Bahwa seseorang yang mengikatkan diri pada sebuah janji mutlak untuk memenuhi janji tersebut (promissorum implendorum obligati).

Pacta Sunt Servanda atau aggrements must be kept merupakan asas hukum yang menyatakan bahwa: “Setiap perjanjian menjadi hukum yang mengikat bagi para pihak yang melakukan perjanjian”.

Asas ini menjadi juga dasar hukum Internasional karena termaktub dalam Pasal 26 Konvensi Wina 1969 yang menyatakan bahwa: “Every treaty in force is binding upon the parties to it and must be performed by them in good faith”.

Dalam hukum nasional Indonesia, asas ini tertuang dalam Pasal 1338 Kitab Undang-Undang Hukum Perdata (KUHPer) yang menyatakan bahwa: “Semua persetujuan yang dibuat secara sah sesuai dengan undang-undang berlaku sebagai undang-undang bagi mereka yang membuatnya”.

Itulah mengapa, perjanjian yang dibuat oleh para pihak harus dianggap suci. Ada sanctity of contract yang berlaku dalam sebuah kontrak.

Kesucian kontrak ini, menyangkut pula relasi pembentukan kontrak dengan syarat sah perjanjian yang diatur dalam Pasal 1320 KUHper. Salah satu syarat sah perjanjian yaitu adanya suatu sebab yang halal (lebih tepat disebut sebab yang diperbolehkan).

Sebab yang diperbolehkan tersebut, ditegaskan dalam Pasal 1337 KUHPerdata yaitu suatu sebab adalah terlarang, jika sebab itu dilarang oleh undang-undang atau bila sebab itu bertentangan dengan kesusilaan baik atau dengan ketertiban umum.

Artinya, ketika Kontrak sudah ditandatangani maka kontrak mengikat kedua belah pihak, kecuali bila kontrak batal demi hukum atau dibatalkan karena tidak memenuhi syarat objektif atau subjektif sahnya sebuah perjanjian sebagaimana diatur dalam Pasal 1320 KUHPer.

Memaknai hal di atas, KK PT FI sebagai sebuah kontrak tunduk pada ketentuan di atas. KK PT FI pun harus dianggap memiliki sanctity of contract dan atasnya berlaku asas pacta sunt servanda.

Kontrak Publik vs Kontrak Privat

Negara sebagai sebuah badan hukum, terpersonifikasi ke dalam dua bentuk badan hukum, yaitu sebagai badan hukum publik dan badan hukum privat (perdata).
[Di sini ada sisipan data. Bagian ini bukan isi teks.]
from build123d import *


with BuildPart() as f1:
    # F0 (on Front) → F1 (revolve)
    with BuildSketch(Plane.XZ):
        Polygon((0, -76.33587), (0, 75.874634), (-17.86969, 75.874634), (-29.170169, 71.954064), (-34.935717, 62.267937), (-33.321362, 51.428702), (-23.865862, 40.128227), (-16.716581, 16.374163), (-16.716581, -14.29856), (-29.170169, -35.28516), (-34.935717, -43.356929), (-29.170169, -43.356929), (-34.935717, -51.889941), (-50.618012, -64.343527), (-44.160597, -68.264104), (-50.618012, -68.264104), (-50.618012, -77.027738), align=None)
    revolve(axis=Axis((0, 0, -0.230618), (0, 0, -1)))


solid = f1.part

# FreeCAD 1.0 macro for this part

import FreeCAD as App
import Part
import Sketcher
Q = App.Units.Quantity

doc = App.newDocument("Part")
body = doc.addObject("PartDesign::Body", "Body")

# Sketch on XZ plane
sketch1 = body.newObject("Sketcher::SketchObject", "Sketch")
sketch1.AttachmentSupport = (doc.getObject("XZ_Plane"), [""])
sketch1.MapMode = "FlatFace"
sketch1.addGeometry([
    Part.LineSegment(App.Vector(0, -76, 0), App.Vector(0, 76, 0)),  # 0
    Part.LineSegment(App.Vector(0, 76, 0), App.Vector(-18, 76, 0)),  # 1
    Part.LineSegment(App.Vector(-18, 76, 0), App.Vector(-29, 72, 0)),  # 2
    Part.LineSegment(App.Vector(-29, 72, 0), App.Vector(-35, 62, 0)),  # 3
    Part.LineSegment(App.Vector(-35, 62, 0), App.Vector(-33, 51, 0)),  # 4
    Part.LineSegment(App.Vector(-33, 51, 0), App.Vector(-24, 40, 0)),  # 5
    Part.LineSegment(App.Vector(-24, 40, 0), App.Vector(-17, 16, 0)),  # 6
    Part.LineSegment(App.Vector(-17, 16, 0), App.Vector(-17, -14, 0)),  # 7
    Part.LineSegment(App.Vector(-17, -14, 0), App.Vector(-29, -35, 0)),  # 8
    Part.LineSegment(App.Vector(-29, -35, 0), App.Vector(-35, -43, 0)),  # 9
    Part.LineSegment(App.Vector(-35, -43, 0), App.Vector(-29, -43, 0)),  # 10
    Part.LineSegment(App.Vector(-29, -43, 0), App.Vector(-35, -52, 0)),  # 11
    Part.LineSegment(App.Vector(-35, -52, 0), App.Vector(-51, -64, 0)),  # 12
    Part.LineSegment(App.Vector(-51, -64, 0), App.Vector(-44, -68, 0)),  # 13
    Part.LineSegment(App.Vector(-44, -68, 0), App.Vector(-51, -68, 0)),  # 14
    Part.LineSegment(App.Vector(-51, -68, 0), App.Vector(-51, -77, 0)),  # 15
    Part.LineSegment(App.Vector(-51, -77, 0), App.Vector(0, -76, 0)),  # 16
], False)
sketch1.addConstraint([
    Sketcher.Constraint("Coincident", 0, 2, 1, 1),
    Sketcher.Constraint("Coincident", 1, 2, 2, 1),
    Sketcher.Constraint("Coincident", 2, 2, 3, 1),
    Sketcher.Constraint("Coincident", 3, 2, 4, 1),
    Sketcher.Constraint("Coincident", 4, 2, 5, 1),
    Sketcher.Constraint("Coincident", 5, 2, 6, 1),
    Sketcher.Constraint("Coincident", 6, 2, 7, 1),
    Sketcher.Constraint("Coincident", 7, 2, 8, 1),
    Sketcher.Constraint("Coincident", 8, 2, 9, 1),
    Sketcher.Constraint("Coincident", 9, 2, 10, 1),
    Sketcher.Constraint("Coincident", 10, 2, 11, 1),
    Sketcher.Constraint("Coincident", 11, 2, 12, 1),
    Sketcher.Constraint("Coincident", 12, 2, 13, 1),
    Sketcher.Constraint("Coincident", 13, 2, 14, 1),
    Sketcher.Constraint("Coincident", 14, 2, 15, 1),
    Sketcher.Constraint("Coincident", 15, 2, 16, 1),
    Sketcher.Constraint("Coincident", 16, 2, 0, 1),
    Sketcher.Constraint("Vertical", 0),
    Sketcher.Constraint("Horizontal", 1),
    Sketcher.Constraint("Vertical", 7),
    Sketcher.Constraint("Horizontal", 10),
    Sketcher.Constraint("Horizontal", 14),
    Sketcher.Constraint("Vertical", 15),
    Sketcher.Constraint("PointOnObject", 0, 2, -2),
    Sketcher.Constraint("Vertical", 2, 2, 8, 2),
    Sketcher.Constraint("Vertical", 3, 2, 9, 2),
    Sketcher.Constraint("Vertical", 8, 2, 10, 2),
    Sketcher.Constraint("Vertical", 9, 2, 11, 2),
    Sketcher.Constraint("Vertical", 12, 2, 14, 2),
    Sketcher.Constraint("DistanceX", 1, 2, 1, 1, Q("17.86969 mm")),
    Sketcher.Constraint("DistanceX", 4, 2, 5, 2, Q("9.4555 mm")),
    Sketcher.Constraint("DistanceY", 6, 2, 2, 2, Q("55.579901 mm")),
    Sketcher.Constraint("DistanceY", 8, 2, 7, 2, Q("20.9866 mm")),
    Sketcher.Constraint("Distance", 2, Q("11.961258 mm")),
    Sketcher.Constraint("Distance", 5, Q("14.734559 mm")),
    Sketcher.Constraint("Distance", 12, Q("20.025638 mm")),
    Sketcher.Constraint("Distance", 13, Q("7.554411 mm")),
    Sketcher.Constraint("Distance", 16, Q("50.62274 mm")),
    Sketcher.Constraint("DistanceX", 10, 1, 10, 2, Q("5.765548 mm")),
    Sketcher.Constraint("DistanceX", 14, 2, 14, 1, Q("6.457415 mm")),
    Sketcher.Constraint("DistanceY", 0, 1, 0, 2, Q("152.210504 mm")),
    Sketcher.Constraint("DistanceY", 7, 2, 7, 1, Q("30.672723 mm")),
    Sketcher.Constraint("DistanceY", 15, 2, 15, 1, Q("8.763634 mm")),
    Sketcher.Constraint("DistanceX", 2, 2, -1, 1, Q("29.170169 mm")),
    Sketcher.Constraint("DistanceX", 5, 2, -1, 1, Q("23.865862 mm")),
    Sketcher.Constraint("DistanceX", 6, 2, -1, 1, Q("16.716581 mm")),
    Sketcher.Constraint("DistanceY", 7, 2, -1, 1, Q("14.29856 mm")),
    Sketcher.Constraint("DistanceY", 9, 2, -1, 1, Q("43.356929 mm")),
    Sketcher.Constraint("DistanceY", 11, 2, -1, 1, Q("51.889941 mm")),
    Sketcher.Constraint("DistanceY", 4, 2, 1, 2, Q("24.445932 mm")),
    Sketcher.Constraint("DistanceY", 5, 2, 3, 2, Q("22.13971 mm")),
])
revolution = body.newObject("PartDesign::Revolution", "Revolution")
revolution.Profile = sketch1
revolution.ReferenceAxis = (sketch1, ["V_Axis"])
revolution.Angle = 360

doc.recompute()
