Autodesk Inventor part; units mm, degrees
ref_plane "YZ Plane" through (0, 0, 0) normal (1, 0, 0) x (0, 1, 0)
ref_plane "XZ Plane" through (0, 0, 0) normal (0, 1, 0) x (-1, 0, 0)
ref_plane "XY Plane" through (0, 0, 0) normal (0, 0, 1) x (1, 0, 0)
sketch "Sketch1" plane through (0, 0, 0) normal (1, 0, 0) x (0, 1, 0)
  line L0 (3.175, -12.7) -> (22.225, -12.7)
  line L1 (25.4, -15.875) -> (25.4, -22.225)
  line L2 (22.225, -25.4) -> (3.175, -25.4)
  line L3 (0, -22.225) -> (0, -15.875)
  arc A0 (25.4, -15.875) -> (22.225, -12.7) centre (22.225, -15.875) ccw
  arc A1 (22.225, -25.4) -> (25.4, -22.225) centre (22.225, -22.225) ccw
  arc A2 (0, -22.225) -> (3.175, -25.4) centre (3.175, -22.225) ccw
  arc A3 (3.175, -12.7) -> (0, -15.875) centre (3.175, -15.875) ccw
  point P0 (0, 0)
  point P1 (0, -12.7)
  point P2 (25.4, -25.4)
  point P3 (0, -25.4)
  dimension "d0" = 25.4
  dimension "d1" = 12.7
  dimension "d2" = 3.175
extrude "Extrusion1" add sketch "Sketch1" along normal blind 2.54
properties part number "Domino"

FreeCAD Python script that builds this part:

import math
import FreeCAD as App
import Part
import Sketcher

V = App.Vector
Q = App.Units.Quantity

doc = App.newDocument("Part")
body = doc.addObject("PartDesign::Body", "Body")

# Sketch on YZ plane
sketch1 = body.newObject("Sketcher::SketchObject", "Sketch")
sketch1.AttachmentSupport = (doc.getObject("YZ_Plane"), [""])
sketch1.MapMode = "FlatFace"
sketch1.addGeometry(Part.LineSegment(V(22.225, -12.7, 0), V(3.175, -12.7, 0)), False)
sketch1.addGeometry(Part.ArcOfCircle(Part.Circle(V(3.175, -15.875, 0), V(0, 0, 1), 3.175), math.radians(90), math.radians(180)), False)
sketch1.addGeometry(Part.LineSegment(V(0, -15.875, 0), V(0, -22.225, 0)), False)
sketch1.addGeometry(Part.ArcOfCircle(Part.Circle(V(3.175, -22.225, 0), V(0, 0, 1), 3.175), math.radians(180), math.radians(270)), False)
sketch1.addGeometry(Part.LineSegment(V(3.175, -25.4, 0), V(22.225, -25.4, 0)), False)
sketch1.addGeometry(Part.ArcOfCircle(Part.Circle(V(22.225, -22.225, 0), V(0, 0, 1), 3.175), math.radians(-90), math.radians(0)), False)
sketch1.addGeometry(Part.LineSegment(V(25.4, -22.225, 0), V(25.4, -15.875, 0)), False)
sketch1.addGeometry(Part.ArcOfCircle(Part.Circle(V(22.225, -15.875, 0), V(0, 0, 1), 3.175), math.radians(0), math.radians(90)), False)
sketch1.addConstraint(Sketcher.Constraint("Tangent", 0, 2, 1, 1))
sketch1.addConstraint(Sketcher.Constraint("Tangent", 1, 2, 2, 1))
sketch1.addConstraint(Sketcher.Constraint("Tangent", 2, 2, 3, 1))
sketch1.addConstraint(Sketcher.Constraint("Tangent", 3, 2, 4, 1))
sketch1.addConstraint(Sketcher.Constraint("Tangent", 4, 2, 5, 1))
sketch1.addConstraint(Sketcher.Constraint("Tangent", 5, 2, 6, 1))
sketch1.addConstraint(Sketcher.Constraint("Tangent", 6, 2, 7, 1))
sketch1.addConstraint(Sketcher.Constraint("Tangent", 7, 2, 0, 1))
sketch1.addConstraint(Sketcher.Constraint("Horizontal", 0))
sketch1.addConstraint(Sketcher.Constraint("Vertical", 2))
sketch1.addConstraint(Sketcher.Constraint("Horizontal", 4))
sketch1.addConstraint(Sketcher.Constraint("Vertical", 6))
sketch1.addConstraint(Sketcher.Constraint("Equal", 1, 3))
sketch1.addConstraint(Sketcher.Constraint("Equal", 3, 5))
sketch1.addConstraint(Sketcher.Constraint("Equal", 5, 7))
sketch1.addConstraint(Sketcher.Constraint("PointOnObject", 1, 2, -2))
sketch1.addConstraint(Sketcher.Constraint("DistanceY", 3, 2, -1, 1, Q("1 in")))
sketch1.addConstraint(Sketcher.Constraint("DistanceX", -1, 1, 5, 2, Q("1 in")))
sketch1.addConstraint(Sketcher.Constraint("Radius", 1, Q("0.125 in")))
sketch1.addConstraint(Sketcher.Constraint("DistanceY", 0, 2, -1, 1, Q("0.5 in")))
pad1 = body.newObject("PartDesign::Pad", "Pad")
pad1.Profile = sketch1
pad1.Length = Q("0.1 in")

doc.recompute()
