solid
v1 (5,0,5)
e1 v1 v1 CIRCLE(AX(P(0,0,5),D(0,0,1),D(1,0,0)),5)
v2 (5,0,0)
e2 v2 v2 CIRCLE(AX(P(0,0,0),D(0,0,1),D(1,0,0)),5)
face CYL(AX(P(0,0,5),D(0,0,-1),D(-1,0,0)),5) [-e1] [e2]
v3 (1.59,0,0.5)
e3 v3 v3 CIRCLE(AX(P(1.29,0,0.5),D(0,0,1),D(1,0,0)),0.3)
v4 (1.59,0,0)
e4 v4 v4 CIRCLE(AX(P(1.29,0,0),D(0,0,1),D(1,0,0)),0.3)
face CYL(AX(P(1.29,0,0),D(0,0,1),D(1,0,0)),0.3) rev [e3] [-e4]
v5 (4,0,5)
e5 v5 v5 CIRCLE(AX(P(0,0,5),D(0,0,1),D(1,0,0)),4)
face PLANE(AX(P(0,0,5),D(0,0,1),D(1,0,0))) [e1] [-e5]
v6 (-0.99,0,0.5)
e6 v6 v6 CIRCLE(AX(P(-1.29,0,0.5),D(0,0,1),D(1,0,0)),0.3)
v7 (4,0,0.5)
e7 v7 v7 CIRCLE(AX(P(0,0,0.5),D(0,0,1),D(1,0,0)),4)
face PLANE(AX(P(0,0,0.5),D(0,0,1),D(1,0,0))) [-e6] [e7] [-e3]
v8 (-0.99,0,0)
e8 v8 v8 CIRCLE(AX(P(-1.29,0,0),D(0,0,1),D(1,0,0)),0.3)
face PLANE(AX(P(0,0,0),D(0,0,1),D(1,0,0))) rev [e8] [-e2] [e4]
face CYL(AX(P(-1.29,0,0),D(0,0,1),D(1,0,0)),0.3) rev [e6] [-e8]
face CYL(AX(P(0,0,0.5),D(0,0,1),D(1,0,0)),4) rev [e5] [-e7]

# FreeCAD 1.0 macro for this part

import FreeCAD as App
import Part
import Sketcher

V = App.Vector

doc = App.newDocument("Part")
body = doc.addObject("PartDesign::Body", "Body")

# Sketch on XY plane
sketch1 = body.newObject("Sketcher::SketchObject", "Sketch")
sketch1.AttachmentSupport = (doc.getObject("XY_Plane"), [""])
sketch1.MapMode = "FlatFace"
sketch1.addGeometry(Part.Circle(V(0, 0, 0), V(0, 0, 1), 5), False)
sketch1.addConstraint(Sketcher.Constraint("Coincident", 0, 3, -1, 1))
sketch1.addConstraint(Sketcher.Constraint("Diameter", 0, 10.0))
pad1 = body.newObject("PartDesign::Pad", "Pad")
pad1.Profile = sketch1
pad1.Length = 5

# Sketch on XY plane
sketch2 = body.newObject("Sketcher::SketchObject", "Sketch001")
sketch2.AttachmentSupport = (doc.getObject("XY_Plane"), [""])
sketch2.MapMode = "FlatFace"
sketch2.AttachmentOffset = App.Placement(V(0, 0, 5), App.Rotation())
sketch2.addGeometry(Part.Circle(V(0, 0, 0), V(0, 0, 1), 4), False)
sketch2.addConstraint(Sketcher.Constraint("Coincident", 0, 3, -1, 1))
sketch2.addConstraint(Sketcher.Constraint("Diameter", 0, 8.0))
pocket1 = body.newObject("PartDesign::Pocket", "Pocket")
pocket1.Profile = sketch2
pocket1.Length = 4.5

# Sketch on XY plane
sketch3 = body.newObject("Sketcher::SketchObject", "Sketch002")
sketch3.AttachmentSupport = (doc.getObject("XY_Plane"), [""])
sketch3.MapMode = "FlatFace"
sketch3.AttachmentOffset = App.Placement(V(0, 0, 0.5), App.Rotation())
sketch3.addGeometry(Part.Circle(V(1.29, 0, 0), V(0, 0, 1), 0.3), False)
sketch3.addGeometry(Part.Circle(V(-1.29, 0, 0), V(0, 0, 1), 0.3), False)
sketch3.addConstraint(Sketcher.Constraint("Equal", 0, 1))
sketch3.addConstraint(Sketcher.Constraint("Symmetric", 0, 3, 1, 3, -1, 1))
sketch3.addConstraint(Sketcher.Constraint("PointOnObject", 0, 3, -1))
sketch3.addConstraint(Sketcher.Constraint("Diameter", 0, 0.6))
sketch3.addConstraint(Sketcher.Constraint("DistanceX", -1, 1, 0, 3, 1.29))
pocket2 = body.newObject("PartDesign::Pocket", "Pocket001")
pocket2.Profile = sketch3
pocket2.Type = "ThroughAll"

doc.recompute()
Pemerintah sebagai legal entity dapat berada dalam kedudukan badan hukum sebagaimana diatur dalam Pasal 1653 KUHPerdata yaitu dalam keadaan tiga macam, yakni manakala: (1) badan hukum yang diadakan oleh kekuasaan umum; (2) badan hukum yang diakui oleh kekuasaan umum; dan (3) badan hukum yang diperkenankan dan yang didirikan dengan tujuan tertentu yang tidak bertentangan dengan undang-undang atau kesusilaan (badan hukum dengan konstruksi keperdataan).

Selain sebagai badan hukum publik, Pemerintah pun dapat bertransformasi menjadi badan hukum privat sebagaimana dipertegas dalam Pasal 1654 KUHPer, yang menyatakan: “Semua badan hukum yang berdiri dengan sah, begitu pula orang-orang swasta, berkuasa untuk melakukan perbuatan-perbuatan perdata, tanpa mengurangi perundang-undangan yang mengubah kekuasaan itu, membatasi atau menundukkannya kepada tata cara tertentu”.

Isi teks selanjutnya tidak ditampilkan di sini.